EXERCISE REQUIREMENTS -
Restate word for word the lines of the data below, from the first through the one that has "ThreePointArc((5, 38.660254038), (10, 30), (5, 21.339745962))".
*** EXTRACTED RECORDS ***
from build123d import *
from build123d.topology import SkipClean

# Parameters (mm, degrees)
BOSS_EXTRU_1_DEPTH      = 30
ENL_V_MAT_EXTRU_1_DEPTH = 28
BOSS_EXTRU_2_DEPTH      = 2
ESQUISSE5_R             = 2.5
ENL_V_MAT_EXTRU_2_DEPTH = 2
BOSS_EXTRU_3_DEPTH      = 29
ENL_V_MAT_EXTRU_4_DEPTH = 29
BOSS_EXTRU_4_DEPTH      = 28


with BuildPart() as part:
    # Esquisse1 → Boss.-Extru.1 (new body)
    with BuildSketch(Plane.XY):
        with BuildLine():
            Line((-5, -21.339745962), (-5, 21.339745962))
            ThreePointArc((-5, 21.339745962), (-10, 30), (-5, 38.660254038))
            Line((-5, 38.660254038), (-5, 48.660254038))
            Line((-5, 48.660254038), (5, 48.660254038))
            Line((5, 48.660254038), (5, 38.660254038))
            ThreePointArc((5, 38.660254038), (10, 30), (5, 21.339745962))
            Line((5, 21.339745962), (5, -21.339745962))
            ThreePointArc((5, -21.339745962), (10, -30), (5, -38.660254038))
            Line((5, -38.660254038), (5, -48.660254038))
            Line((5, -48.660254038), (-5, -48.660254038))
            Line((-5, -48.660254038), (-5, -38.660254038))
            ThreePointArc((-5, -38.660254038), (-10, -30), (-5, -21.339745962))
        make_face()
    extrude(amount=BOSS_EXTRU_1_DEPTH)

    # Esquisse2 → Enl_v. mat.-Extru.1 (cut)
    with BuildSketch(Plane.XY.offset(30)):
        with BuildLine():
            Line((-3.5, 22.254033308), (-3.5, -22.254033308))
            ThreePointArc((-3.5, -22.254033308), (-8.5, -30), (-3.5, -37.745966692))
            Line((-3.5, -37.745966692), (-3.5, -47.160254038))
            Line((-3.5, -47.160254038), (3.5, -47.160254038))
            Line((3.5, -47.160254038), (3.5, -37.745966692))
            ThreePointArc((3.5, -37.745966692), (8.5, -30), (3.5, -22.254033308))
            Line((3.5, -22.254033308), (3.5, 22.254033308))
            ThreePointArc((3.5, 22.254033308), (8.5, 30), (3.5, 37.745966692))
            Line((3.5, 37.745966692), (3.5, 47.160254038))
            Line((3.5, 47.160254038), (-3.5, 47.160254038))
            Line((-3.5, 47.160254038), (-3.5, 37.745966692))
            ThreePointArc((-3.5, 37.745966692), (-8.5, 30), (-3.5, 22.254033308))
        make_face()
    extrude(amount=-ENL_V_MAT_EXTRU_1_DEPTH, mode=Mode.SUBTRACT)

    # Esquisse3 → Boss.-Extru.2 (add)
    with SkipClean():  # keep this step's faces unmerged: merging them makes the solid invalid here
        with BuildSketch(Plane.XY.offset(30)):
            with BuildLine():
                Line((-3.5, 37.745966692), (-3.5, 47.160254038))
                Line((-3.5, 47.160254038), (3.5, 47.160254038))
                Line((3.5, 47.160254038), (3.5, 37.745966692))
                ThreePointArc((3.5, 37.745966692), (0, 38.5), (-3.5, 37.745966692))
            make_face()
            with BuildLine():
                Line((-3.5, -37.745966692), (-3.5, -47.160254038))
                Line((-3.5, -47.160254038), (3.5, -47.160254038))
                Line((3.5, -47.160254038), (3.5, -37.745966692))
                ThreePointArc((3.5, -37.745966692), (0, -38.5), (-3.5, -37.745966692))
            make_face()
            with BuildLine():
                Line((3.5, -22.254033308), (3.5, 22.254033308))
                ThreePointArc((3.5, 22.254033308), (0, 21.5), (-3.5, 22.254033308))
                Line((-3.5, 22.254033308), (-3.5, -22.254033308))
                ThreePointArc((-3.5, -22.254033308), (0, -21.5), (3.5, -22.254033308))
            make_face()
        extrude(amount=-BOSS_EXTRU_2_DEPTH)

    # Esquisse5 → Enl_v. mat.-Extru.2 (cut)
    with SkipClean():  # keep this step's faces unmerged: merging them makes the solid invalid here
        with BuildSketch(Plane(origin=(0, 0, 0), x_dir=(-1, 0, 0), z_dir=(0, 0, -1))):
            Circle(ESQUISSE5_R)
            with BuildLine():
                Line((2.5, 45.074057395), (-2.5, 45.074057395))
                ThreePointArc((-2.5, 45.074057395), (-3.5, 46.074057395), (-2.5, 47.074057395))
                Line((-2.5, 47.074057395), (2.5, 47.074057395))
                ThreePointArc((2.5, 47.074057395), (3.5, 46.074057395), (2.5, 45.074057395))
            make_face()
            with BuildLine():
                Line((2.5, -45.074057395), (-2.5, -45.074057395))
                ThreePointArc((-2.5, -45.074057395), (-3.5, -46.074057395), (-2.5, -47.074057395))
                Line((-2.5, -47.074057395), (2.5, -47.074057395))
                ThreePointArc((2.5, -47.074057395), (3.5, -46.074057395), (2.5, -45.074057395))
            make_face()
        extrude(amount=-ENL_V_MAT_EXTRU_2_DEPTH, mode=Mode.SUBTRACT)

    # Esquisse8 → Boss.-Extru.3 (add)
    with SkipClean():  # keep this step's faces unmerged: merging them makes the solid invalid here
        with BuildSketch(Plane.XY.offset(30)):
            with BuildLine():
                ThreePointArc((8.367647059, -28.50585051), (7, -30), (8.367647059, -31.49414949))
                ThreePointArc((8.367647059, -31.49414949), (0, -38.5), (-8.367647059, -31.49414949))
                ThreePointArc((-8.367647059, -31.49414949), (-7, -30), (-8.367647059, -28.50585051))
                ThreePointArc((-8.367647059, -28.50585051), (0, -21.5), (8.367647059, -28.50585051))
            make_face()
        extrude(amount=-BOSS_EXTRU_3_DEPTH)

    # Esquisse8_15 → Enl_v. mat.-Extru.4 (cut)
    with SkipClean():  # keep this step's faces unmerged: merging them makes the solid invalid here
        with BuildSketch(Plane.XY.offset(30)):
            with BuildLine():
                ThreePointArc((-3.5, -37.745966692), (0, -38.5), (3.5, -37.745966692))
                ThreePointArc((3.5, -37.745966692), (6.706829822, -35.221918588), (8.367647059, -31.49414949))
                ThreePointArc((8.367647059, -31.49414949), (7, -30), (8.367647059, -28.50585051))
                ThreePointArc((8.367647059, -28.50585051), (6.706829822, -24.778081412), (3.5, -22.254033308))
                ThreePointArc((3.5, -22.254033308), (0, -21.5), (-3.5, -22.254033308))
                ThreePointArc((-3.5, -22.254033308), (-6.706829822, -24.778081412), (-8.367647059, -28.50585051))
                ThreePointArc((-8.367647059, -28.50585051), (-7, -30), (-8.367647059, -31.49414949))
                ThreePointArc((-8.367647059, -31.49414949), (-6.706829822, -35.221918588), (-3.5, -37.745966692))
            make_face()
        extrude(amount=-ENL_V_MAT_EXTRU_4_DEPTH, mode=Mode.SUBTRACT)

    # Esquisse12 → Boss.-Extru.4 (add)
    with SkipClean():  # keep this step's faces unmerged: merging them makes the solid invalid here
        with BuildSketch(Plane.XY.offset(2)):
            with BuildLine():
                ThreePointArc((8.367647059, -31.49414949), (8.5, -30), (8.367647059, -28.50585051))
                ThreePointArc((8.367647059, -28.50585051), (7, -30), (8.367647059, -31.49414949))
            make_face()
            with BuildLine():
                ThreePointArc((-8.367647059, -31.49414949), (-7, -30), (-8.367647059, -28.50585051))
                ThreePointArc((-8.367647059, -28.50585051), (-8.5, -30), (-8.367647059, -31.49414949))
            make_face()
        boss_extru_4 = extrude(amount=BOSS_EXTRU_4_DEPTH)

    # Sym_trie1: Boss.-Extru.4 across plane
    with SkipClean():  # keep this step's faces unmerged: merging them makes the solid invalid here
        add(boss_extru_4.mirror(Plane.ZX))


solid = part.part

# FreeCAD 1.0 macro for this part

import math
import FreeCAD as App
import Part
import Sketcher
Q = App.Units.Quantity

doc = App.newDocument("Part")
body = doc.addObject("PartDesign::Body", "Body")

sketch1 = body.newObject("Sketcher::SketchObject", "Sketch")
sketch1.AttachmentSupport = (doc.getObject("XY_Plane"), [""])
sketch1.MapMode = "FlatFace"
sketch1.addGeometry(Part.LineSegment(App.Vector(-5, 21, 0), App.Vector(-5, -21, 0)), False)
sketch1.addGeometry(Part.ArcOfCircle(Part.Circle(App.Vector(0, -30, 0), App.Vector(0, 0, 1), 10), math.radians(120), math.radians(240)), False)
sketch1.addGeometry(Part.LineSegment(App.Vector(-5, -39, 0), App.Vector(-5, -49, 0)), False)
sketch1.addGeometry(Part.LineSegment(App.Vector(-5, -49, 0), App.Vector(5, -49, 0)), False)
sketch1.addGeometry(Part.LineSegment(App.Vector(5, -49, 0), App.Vector(5, -39, 0)), False)
sketch1.addGeometry(Part.ArcOfCircle(Part.Circle(App.Vector(0, -30, 0), App.Vector(0, 0, 1), 10), math.radians(-60), math.radians(60)), False)
sketch1.addGeometry(Part.LineSegment(App.Vector(5, -21, 0), App.Vector(5, 21, 0)), False)
sketch1.addGeometry(Part.ArcOfCircle(Part.Circle(App.Vector(0, 30, 0), App.Vector(0, 0, 1), 10), math.radians(-60), math.radians(60)), False)
sketch1.addGeometry(Part.LineSegment(App.Vector(5, 39, 0), App.Vector(5, 49, 0)), False)
sketch1.addGeometry(Part.LineSegment(App.Vector(5, 49, 0), App.Vector(-5, 49, 0)), False)
sketch1.addGeometry(Part.LineSegment(App.Vector(-5, 49, 0), App.Vector(-5, 39, 0)), False)
sketch1.addGeometry(Part.ArcOfCircle(Part.Circle(App.Vector(0, 30, 0), App.Vector(0, 0, 1), 10), math.radians(120), math.radians(240)), False)
sketch1.addConstraint(Sketcher.Constraint("Coincident", 0, 2, 1, 1))
sketch1.addConstraint(Sketcher.Constraint("Coincident", 1, 2, 2, 1))
sketch1.addConstraint(Sketcher.Constraint("Coincident", 2, 2, 3, 1))
sketch1.addConstraint(Sketcher.Constraint("Coincident", 3, 2, 4, 1))
sketch1.addConstraint(Sketcher.Constraint("Coincident", 4, 2, 5, 1))
sketch1.addConstraint(Sketcher.Constraint("Coincident", 5, 2, 6, 1))
sketch1.addConstraint(Sketcher.Constraint("Coincident", 6, 2, 7, 1))
sketch1.addConstraint(Sketcher.Constraint("Coincident", 7, 2, 8, 1))
sketch1.addConstraint(Sketcher.Constraint("Coincident", 8, 2, 9, 1))
sketch1.addConstraint(Sketcher.Constraint("Coincident", 9, 2, 10, 1))
sketch1.addConstraint(Sketcher.Constraint("Coincident", 10, 2, 11, 1))
sketch1.addConstraint(Sketcher.Constraint("Coincident", 11, 2, 0, 1))
sketch1.addConstraint(Sketcher.Constraint("Vertical", 0))
sketch1.addConstraint(Sketcher.Constraint("Vertical", 2))
sketch1.addConstraint(Sketcher.Constraint("Horizontal", 3))
sketch1.addConstraint(Sketcher.Constraint("Vertical", 4))
sketch1.addConstraint(Sketcher.Constraint("Vertical", 6))
sketch1.addConstraint(Sketcher.Constraint("Vertical", 8))
sketch1.addConstraint(Sketcher.Constraint("Horizontal", 9))
sketch1.addConstraint(Sketcher.Constraint("Vertical", 10))
sketch1.addConstraint(Sketcher.Constraint("Coincident", 5, 3, 1, 3))
sketch1.addConstraint(Sketcher.Constraint("Coincident", 11, 3, 7, 3))
sketch1.addConstraint(Sketcher.Constraint("Equal", 1, 5))
sketch1.addConstraint(Sketcher.Constraint("Equal", 5, 7))
sketch1.addConstraint(Sketcher.Constraint("Equal", 7, 11))
sketch1.addConstraint(Sketcher.Constraint("Symmetric", 1, 3, 7, 3, -1, 1))
sketch1.addConstraint(Sketcher.Constraint("Symmetric", 2, 2, 8, 2, -1, 1))
sketch1.addConstraint(Sketcher.Constraint("Symmetric", 1, 2, 4, 2, -2))
sketch1.addConstraint(Sketcher.Constraint("Horizontal", 0, 2, 5, 2))
sketch1.addConstraint(Sketcher.Constraint("Horizontal", 7, 2, 10, 2))
sketch1.addConstraint(Sketcher.Constraint("Vertical", 0, 2, 1, 2))
sketch1.addConstraint(Sketcher.Constraint("Equal", 9, 2))
sketch1.addConstraint(Sketcher.Constraint("Radius", 1, Q("10 mm")))
sketch1.addConstraint(Sketcher.Constraint("DistanceX", 3, 1, 3, 2, Q("10 mm")))
sketch1.addConstraint(Sketcher.Constraint("DistanceY", 1, 3, -1, 1, Q("30 mm")))
pad1 = body.newObject("PartDesign::Pad", "Pad")
pad1.Profile = sketch1
pad1.Length = 30

sketch2 = body.newObject("Sketcher::SketchObject", "Sketch001")
sketch2.AttachmentSupport = (doc.getObject("XY_Plane"), [""])
sketch2.MapMode = "FlatFace"
sketch2.AttachmentOffset = App.Placement(App.Vector(0, 0, 30), App.Rotation())
sketch2.addGeometry(Part.LineSegment(App.Vector(-4, 22, 0), App.Vector(-4, -22, 0)), False)
sketch2.addGeometry(Part.ArcOfCircle(Part.Circle(App.Vector(0, -30, 0), App.Vector(0, 0, 1), 8), math.radians(114), math.radians(246)), False)
sketch2.addGeometry(Part.LineSegment(App.Vector(-4, -38, 0), App.Vector(-4, -47, 0)), False)
sketch2.addGeometry(Part.LineSegment(App.Vector(-4, -47, 0), App.Vector(4, -47, 0)), False)
sketch2.addGeometry(Part.LineSegment(App.Vector(4, -47, 0), App.Vector(4, -38, 0)), False)
sketch2.addGeometry(Part.ArcOfCircle(Part.Circle(App.Vector(0, -30, 0), App.Vector(0, 0, 1), 8), math.radians(-66), math.radians(66)), False)
sketch2.addGeometry(Part.LineSegment(App.Vector(4, -22, 0), App.Vector(4, 22, 0)), False)
sketch2.addGeometry(Part.ArcOfCircle(Part.Circle(App.Vector(0, 30, 0), App.Vector(0, 0, 1), 8), math.radians(-66), math.radians(66)), False)
sketch2.addGeometry(Part.LineSegment(App.Vector(4, 38, 0), App.Vector(4, 47, 0)), False)
sketch2.addGeometry(Part.LineSegment(App.Vector(4, 47, 0), App.Vector(-4, 47, 0)), False)
sketch2.addGeometry(Part.LineSegment(App.Vector(-4, 47, 0), App.Vector(-4, 38, 0)), False)
sketch2.addGeometry(Part.ArcOfCircle(Part.Circle(App.Vector(0, 30, 0), App.Vector(0, 0, 1), 8), math.radians(114), math.radians(246)), False)
sketch2.addConstraint(Sketcher.Constraint("Coincident", 0, 2, 1, 1))
sketch2.addConstraint(Sketcher.Constraint("Coincident", 1, 2, 2, 1))
sketch2.addConstraint(Sketcher.Constraint("Coincident", 2, 2, 3, 1))
sketch2.addConstraint(Sketcher.Constraint("Coincident", 3, 2, 4, 1))
sketch2.addConstraint(Sketcher.Constraint("Coincident", 4, 2, 5, 1))
sketch2.addConstraint(Sketcher.Constraint("Coincident", 5, 2, 6, 1))
sketch2.addConstraint(Sketcher.Constraint("Coincident", 6, 2, 7, 1))
sketch2.addConstraint(Sketcher.Constraint("Coincident", 7, 2, 8, 1))
sketch2.addConstraint(Sketcher.Constraint("Coincident", 8, 2, 9, 1))
sketch2.addConstraint(Sketcher.Constraint("Coincident", 9, 2, 10, 1))
sketch2.addConstraint(Sketcher.Constraint("Coincident", 10, 2, 11, 1))
sketch2.addConstraint(Sketcher.Constraint("Coincident", 11, 2, 0, 1))
sketch2.addConstraint(Sketcher.Constraint("Vertical", 0))
sketch2.addConstraint(Sketcher.Constraint("Vertical", 2))
sketch2.addConstraint(Sketcher.Constraint("Horizontal", 3))
sketch2.addConstraint(Sketcher.Constraint("Vertical", 4))
sketch2.addConstraint(Sketcher.Constraint("Vertical", 6))
sketch2.addConstraint(Sketcher.Constraint("Vertical", 8))
sketch2.addConstraint(Sketcher.Constraint("Horizontal", 9))
sketch2.addConstraint(Sketcher.Constraint("Vertical", 10))
sketch2.addConstraint(Sketcher.Constraint("Coincident", 5, 3, 1, 3))
sketch2.addConstraint(Sketcher.Constraint("Coincident", 11, 3, 7, 3))
sketch2.addConstraint(Sketcher.Constraint("Equal", 1, 5))
sketch2.addConstraint(Sketcher.Constraint("Equal", 5, 7))
sketch2.addConstraint(Sketcher.Constraint("Equal", 7, 11))
sketch2.addConstraint(Sketcher.Constraint("Symmetric", 1, 3, 7, 3, -1, 1))
sketch2.addConstraint(Sketcher.Constraint("Symmetric", 2, 2, 8, 2, -1, 1))
sketch2.addConstraint(Sketcher.Constraint("Symmetric", 1, 2, 4, 2, -2))
sketch2.addConstraint(Sketcher.Constraint("Horizontal", 0, 2, 5, 2))
sketch2.addConstraint(Sketcher.Constraint("Horizontal", 7, 2, 10, 2))
sketch2.addConstraint(Sketcher.Constraint("Vertical", 0, 2, 1, 2))
sketch2.addConstraint(Sketcher.Constraint("Radius", 1, Q("8.5 mm")))
sketch2.addConstraint(Sketcher.Constraint("DistanceX", 3, 1, 3, 2, Q("7 mm")))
*** End of EXTRACTED RECORDS ***
RESPONSE AREA -
from build123d import *
from build123d.topology import SkipClean

# Parameters (mm, degrees)
BOSS_EXTRU_1_DEPTH      = 30
ENL_V_MAT_EXTRU_1_DEPTH = 28
BOSS_EXTRU_2_DEPTH      = 2
ESQUISSE5_R             = 2.5
ENL_V_MAT_EXTRU_2_DEPTH = 2
BOSS_EXTRU_3_DEPTH      = 29
ENL_V_MAT_EXTRU_4_DEPTH = 29
BOSS_EXTRU_4_DEPTH      = 28


with BuildPart() as part:
    # Esquisse1 → Boss.-Extru.1 (new body)
    with BuildSketch(Plane.XY):
        with BuildLine():
            Line((-5, -21.339745962), (-5, 21.339745962))
            ThreePointArc((-5, 21.339745962), (-10, 30), (-5, 38.660254038))
            Line((-5, 38.660254038), (-5, 48.660254038))
            Line((-5, 48.660254038), (5, 48.660254038))
            Line((5, 48.660254038), (5, 38.660254038))
            ThreePointArc((5, 38.660254038), (10, 30), (5, 21.339745962))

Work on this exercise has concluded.